Advantages: Fast data recovery, suitable for large-scale data recovery, and suitable for cold backup.

Disadvantages: If it is a sudden downtime, the loss of more data. When a large amount of data is generated, the performance of Redis is affected by the persistent generation of snapshot RDB files.

AOF persistence

After AOF is enabled, all commands are appended to the AOF buffer and written to the persistent file of the AOF on disk according to the corresponding write policy. Redis is a log file that records write operations to redis. However, since the AOF files are recorded in a sequence of commands, the AOF files can expand rapidly. When the amount reaches, the rewrite operation will be triggered to achieve the purpose of compression (fork child process to do this).
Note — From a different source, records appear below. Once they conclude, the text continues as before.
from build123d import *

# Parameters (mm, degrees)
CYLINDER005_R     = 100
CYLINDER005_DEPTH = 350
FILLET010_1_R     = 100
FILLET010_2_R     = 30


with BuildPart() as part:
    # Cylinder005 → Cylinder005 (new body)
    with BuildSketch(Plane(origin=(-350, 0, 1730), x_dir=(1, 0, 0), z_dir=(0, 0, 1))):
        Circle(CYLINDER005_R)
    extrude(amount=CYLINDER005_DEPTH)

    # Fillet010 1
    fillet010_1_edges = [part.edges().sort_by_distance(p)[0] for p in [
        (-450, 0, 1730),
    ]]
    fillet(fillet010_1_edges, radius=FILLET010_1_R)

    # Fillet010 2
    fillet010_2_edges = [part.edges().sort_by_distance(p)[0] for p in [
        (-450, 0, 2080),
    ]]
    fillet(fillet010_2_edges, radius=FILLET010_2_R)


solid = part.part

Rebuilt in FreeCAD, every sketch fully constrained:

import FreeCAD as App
import Part
import Sketcher
from FreeCAD import Vector
Q = App.Units.Quantity


def edges_at(feature, points):
    """Names of the edges that pass closest to the given points."""
    edges = feature.Shape.Edges
    near = lambda p: min(range(len(edges)), key=lambda i: edges[i].distToShape(Part.Vertex(*p))[0])
    return sorted({f"Edge{near(p) + 1}" for p in points})

doc = App.newDocument("Part")
body = doc.addObject("PartDesign::Body", "Body")

# Sketch on XY plane
sketch1 = body.newObject("Sketcher::SketchObject", "Sketch")
sketch1.AttachmentSupport = (doc.getObject("XY_Plane"), [""])
sketch1.MapMode = "FlatFace"
sketch1.AttachmentOffset = App.Placement(Vector(0, 0, 1730), App.Rotation())
sketch1.addGeometry(Part.Circle(Vector(-350, 0, 0), Vector(0, 0, 1), 100), False)
sketch1.addConstraint(Sketcher.Constraint("PointOnObject", 0, 3, -1))
sketch1.addConstraint(Sketcher.Constraint("Diameter", 0, Q("200 mm")))
sketch1.addConstraint(Sketcher.Constraint("DistanceX", 0, 3, -1, 1, Q("350 mm")))
pad1 = body.newObject("PartDesign::Pad", "Pad")
pad1.Profile = sketch1
pad1.Length = 350
doc.recompute()

fillet = body.newObject("PartDesign::Fillet", "Fillet")
fillet.Base = (pad1, edges_at(pad1, [(-450, 0, 1730)]))
fillet.Radius = 100
doc.recompute()

fillet2 = body.newObject("PartDesign::Fillet", "Fillet001")
fillet2.Base = (fillet, edges_at(fillet, [(-450, 0, 2080)]))
fillet2.Radius = 30

doc.recompute()
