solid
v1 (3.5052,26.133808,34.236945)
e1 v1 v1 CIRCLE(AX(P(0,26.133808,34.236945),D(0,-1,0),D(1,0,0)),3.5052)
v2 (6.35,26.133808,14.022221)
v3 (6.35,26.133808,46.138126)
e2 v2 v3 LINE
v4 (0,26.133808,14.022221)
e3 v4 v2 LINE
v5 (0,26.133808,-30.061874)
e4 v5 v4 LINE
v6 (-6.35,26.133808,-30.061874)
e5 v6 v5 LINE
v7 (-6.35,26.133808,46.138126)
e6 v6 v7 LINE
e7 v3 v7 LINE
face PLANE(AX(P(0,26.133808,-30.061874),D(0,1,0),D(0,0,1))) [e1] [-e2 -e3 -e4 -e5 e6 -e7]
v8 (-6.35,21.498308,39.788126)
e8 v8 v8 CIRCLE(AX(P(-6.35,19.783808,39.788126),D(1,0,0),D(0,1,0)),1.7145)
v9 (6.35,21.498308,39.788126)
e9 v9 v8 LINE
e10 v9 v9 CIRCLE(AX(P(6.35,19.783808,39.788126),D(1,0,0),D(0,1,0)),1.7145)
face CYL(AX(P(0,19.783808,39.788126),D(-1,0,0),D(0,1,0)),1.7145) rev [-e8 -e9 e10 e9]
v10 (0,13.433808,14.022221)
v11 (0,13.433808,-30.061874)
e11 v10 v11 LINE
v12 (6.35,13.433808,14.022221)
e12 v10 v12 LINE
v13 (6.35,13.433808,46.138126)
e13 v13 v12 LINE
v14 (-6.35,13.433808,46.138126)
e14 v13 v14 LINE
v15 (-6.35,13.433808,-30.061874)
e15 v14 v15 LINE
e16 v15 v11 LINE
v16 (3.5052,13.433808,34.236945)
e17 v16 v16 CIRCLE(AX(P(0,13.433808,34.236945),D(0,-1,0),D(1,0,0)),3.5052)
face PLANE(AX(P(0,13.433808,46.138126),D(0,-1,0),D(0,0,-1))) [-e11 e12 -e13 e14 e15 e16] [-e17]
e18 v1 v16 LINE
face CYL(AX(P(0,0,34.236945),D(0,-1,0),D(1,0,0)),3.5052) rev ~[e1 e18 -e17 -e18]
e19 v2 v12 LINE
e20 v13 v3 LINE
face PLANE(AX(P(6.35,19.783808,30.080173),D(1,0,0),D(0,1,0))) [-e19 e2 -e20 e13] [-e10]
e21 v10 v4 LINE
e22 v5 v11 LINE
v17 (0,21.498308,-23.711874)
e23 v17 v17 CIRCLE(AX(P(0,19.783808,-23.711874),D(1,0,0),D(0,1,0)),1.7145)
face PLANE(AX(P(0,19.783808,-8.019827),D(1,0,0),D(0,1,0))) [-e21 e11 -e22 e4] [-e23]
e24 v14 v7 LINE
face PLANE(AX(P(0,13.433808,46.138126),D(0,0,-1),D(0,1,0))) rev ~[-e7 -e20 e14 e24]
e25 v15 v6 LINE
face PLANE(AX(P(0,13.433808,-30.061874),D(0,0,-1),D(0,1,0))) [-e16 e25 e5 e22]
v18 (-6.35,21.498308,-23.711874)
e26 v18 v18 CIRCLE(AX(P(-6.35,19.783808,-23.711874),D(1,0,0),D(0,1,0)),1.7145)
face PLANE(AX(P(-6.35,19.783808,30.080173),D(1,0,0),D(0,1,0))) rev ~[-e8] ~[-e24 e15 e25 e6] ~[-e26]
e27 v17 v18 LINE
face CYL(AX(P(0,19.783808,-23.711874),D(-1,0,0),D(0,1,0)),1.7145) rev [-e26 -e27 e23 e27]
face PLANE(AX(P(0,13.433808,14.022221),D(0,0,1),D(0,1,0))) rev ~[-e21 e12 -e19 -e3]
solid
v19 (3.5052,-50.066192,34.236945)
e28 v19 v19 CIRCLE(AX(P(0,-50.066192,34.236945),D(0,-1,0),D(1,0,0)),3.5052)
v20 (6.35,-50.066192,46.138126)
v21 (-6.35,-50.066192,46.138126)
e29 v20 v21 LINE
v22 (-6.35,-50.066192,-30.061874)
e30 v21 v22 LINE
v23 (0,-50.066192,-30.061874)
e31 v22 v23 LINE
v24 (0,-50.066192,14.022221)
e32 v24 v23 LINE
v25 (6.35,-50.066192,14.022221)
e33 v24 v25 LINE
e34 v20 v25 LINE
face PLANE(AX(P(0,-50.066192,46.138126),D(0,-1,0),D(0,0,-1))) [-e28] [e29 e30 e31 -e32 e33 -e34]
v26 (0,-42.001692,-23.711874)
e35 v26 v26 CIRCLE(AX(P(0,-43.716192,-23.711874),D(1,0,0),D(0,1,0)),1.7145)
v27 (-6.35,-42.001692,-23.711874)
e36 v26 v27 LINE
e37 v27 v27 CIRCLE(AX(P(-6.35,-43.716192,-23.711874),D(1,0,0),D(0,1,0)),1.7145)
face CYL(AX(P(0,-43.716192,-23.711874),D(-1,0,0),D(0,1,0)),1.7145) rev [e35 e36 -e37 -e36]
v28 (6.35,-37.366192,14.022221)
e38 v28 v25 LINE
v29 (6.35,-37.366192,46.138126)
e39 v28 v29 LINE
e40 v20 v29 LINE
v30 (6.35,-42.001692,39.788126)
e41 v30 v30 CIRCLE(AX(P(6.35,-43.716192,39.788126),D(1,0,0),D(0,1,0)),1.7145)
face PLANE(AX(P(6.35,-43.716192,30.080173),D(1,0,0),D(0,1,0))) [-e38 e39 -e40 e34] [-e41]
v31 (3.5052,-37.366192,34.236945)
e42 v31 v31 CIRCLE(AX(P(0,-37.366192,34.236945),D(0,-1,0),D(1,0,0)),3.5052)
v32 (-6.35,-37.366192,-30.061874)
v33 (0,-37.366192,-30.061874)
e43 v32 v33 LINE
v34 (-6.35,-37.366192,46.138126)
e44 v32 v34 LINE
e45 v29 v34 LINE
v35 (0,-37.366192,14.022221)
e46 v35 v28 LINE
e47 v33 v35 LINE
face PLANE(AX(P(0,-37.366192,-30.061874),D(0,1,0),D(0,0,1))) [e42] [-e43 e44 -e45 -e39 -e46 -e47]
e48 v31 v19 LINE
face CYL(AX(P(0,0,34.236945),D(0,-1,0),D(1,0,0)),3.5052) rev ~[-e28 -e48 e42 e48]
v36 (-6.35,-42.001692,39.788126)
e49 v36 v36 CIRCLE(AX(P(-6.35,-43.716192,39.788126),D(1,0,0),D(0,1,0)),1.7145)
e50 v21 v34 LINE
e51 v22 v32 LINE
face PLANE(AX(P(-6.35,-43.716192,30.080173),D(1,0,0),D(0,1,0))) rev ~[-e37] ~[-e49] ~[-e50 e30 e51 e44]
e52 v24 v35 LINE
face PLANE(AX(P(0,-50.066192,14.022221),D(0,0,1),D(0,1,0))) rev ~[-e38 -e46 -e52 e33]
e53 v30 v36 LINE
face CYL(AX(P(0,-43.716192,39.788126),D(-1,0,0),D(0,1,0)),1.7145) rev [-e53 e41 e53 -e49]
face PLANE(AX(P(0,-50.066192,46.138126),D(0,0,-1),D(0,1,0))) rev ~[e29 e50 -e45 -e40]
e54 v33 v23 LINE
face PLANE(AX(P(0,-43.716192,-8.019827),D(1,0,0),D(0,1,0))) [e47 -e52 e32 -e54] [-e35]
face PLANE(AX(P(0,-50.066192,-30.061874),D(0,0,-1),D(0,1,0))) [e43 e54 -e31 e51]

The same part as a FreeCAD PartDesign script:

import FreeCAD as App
import Part
import Sketcher
from FreeCAD import Vector
Q = App.Units.Quantity

doc = App.newDocument("Part")
body = doc.addObject("PartDesign::Body", "Body")

sketch1 = doc.addObject("Sketcher::SketchObject", "Sketch")
body.addObject(sketch1)
sketch1.AttachmentSupport = (doc.YZ_Plane, [""])
sketch1.MapMode = "FlatFace"
sketch1.addGeometry([
    Part.LineSegment(Vector(-50.1, 46.1, 0), Vector(-50.1, -30.1, 0)),
    Part.LineSegment(Vector(-50.1, -30.1, 0), Vector(-37.4, -30.1, 0)),
    Part.LineSegment(Vector(-37.4, -30.1, 0), Vector(-37.4, 46.1, 0)),
    Part.LineSegment(Vector(-37.4, 46.1, 0), Vector(-50.1, 46.1, 0)),
    Part.Circle(Vector(-43.7, -23.7, 0), Vector(0, 0, 1), 1.7),
    Part.Circle(Vector(-43.7, 39.8, 0), Vector(0, 0, 1), 1.7),
], False)
sketch1.addConstraint([
    Sketcher.Constraint("Coincident", 0, 2, 1, 1),
    Sketcher.Constraint("Coincident", 1, 2, 2, 1),
    Sketcher.Constraint("Coincident", 2, 2, 3, 1),
    Sketcher.Constraint("Coincident", 3, 2, 0, 1),
    Sketcher.Constraint("Vertical", 0),
    Sketcher.Constraint("Horizontal", 1),
    Sketcher.Constraint("Vertical", 2),
    Sketcher.Constraint("Horizontal", 3),
    Sketcher.Constraint("Equal", 4, 5),
    Sketcher.Constraint("Vertical", 4, 3, 5, 3),
    Sketcher.Constraint("DistanceY", 0, 2, 0, 1, Q("3 in")),
    Sketcher.Constraint("Diameter", 4, Q("0.135 in")),
    Sketcher.Constraint("DistanceX", 1, 1, 1, 2, Q("0.5 in")),
    Sketcher.Constraint("DistanceY", 4, 3, 5, 3, Q("2.5 in")),
    Sketcher.Constraint("DistanceX", 0, 2, 4, 3, Q("0.25 in")),
    Sketcher.Constraint("DistanceY", 0, 2, 4, 3, Q("0.25 in")),
    Sketcher.Constraint("DistanceX", 4, 3, -1, 1, Q("43.716192 mm")),
    Sketcher.Constraint("DistanceY", 4, 3, -1, 1, Q("23.711874 mm")),
])
pad1 = doc.addObject("PartDesign::Pad", "Pad")
body.addObject(pad1)
pad1.Profile = sketch1
pad1.Length = Q("0.5 in")
pad1.Midplane = True
body2 = doc.addObject("PartDesign::Body", "Body001")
Redis uses a single-threaded response command, and if each AOF file write command is appended directly to the disk, the performance bottleneck is entirely due to the current disk load. As another benefit of writing to buffer AOF_buf first, Redis can provide multiple strategies for buffer synchronization to the disk, with tradeoffs in terms of performance and security.

Trigger:

  1. AOF is not enabled in the redis profile by default. To enable AOF, open it in the redis profileappendonly no —>appendonly yes. It can also be set when Redis is already running:CONFIG SET appendonly yes, but the Settings will be invalid when Redis restarts.
  2. The configured write policy is triggered. Procedure
    1. appendfsync everysec(Default) : synchronizes commands to the AOF persistent file once per second, which is highly efficient and may cause loss of data for 1 second.
    2. appendfsync no: Never synchronizes, just hand over the data to the operating system. Faster, less secure methods. Typically, Linux will use this configuration to refresh data every 30 seconds, but this depends on the precise tuning of the kernel.
    3. appendfsync alwaysAppend data to AOF file every time a change is triggered. Low efficiency, but very safe.

Override mechanism:

  1. Default Settings. For example, after the last AOF rewrite, it was 128mb. Then it will continue to write AOF logs of 128MB, and if it grows by more than 100% of the previous 256MB, it may trigger a rewrite. However, at this point, it needs to compare with min-size and 64MB, and only when 256MB > 64MB will it trigger the rewrite.

    To reduce the number of overwrites, the following parameters need to be increased, but this depends on the amount of data stored in redis.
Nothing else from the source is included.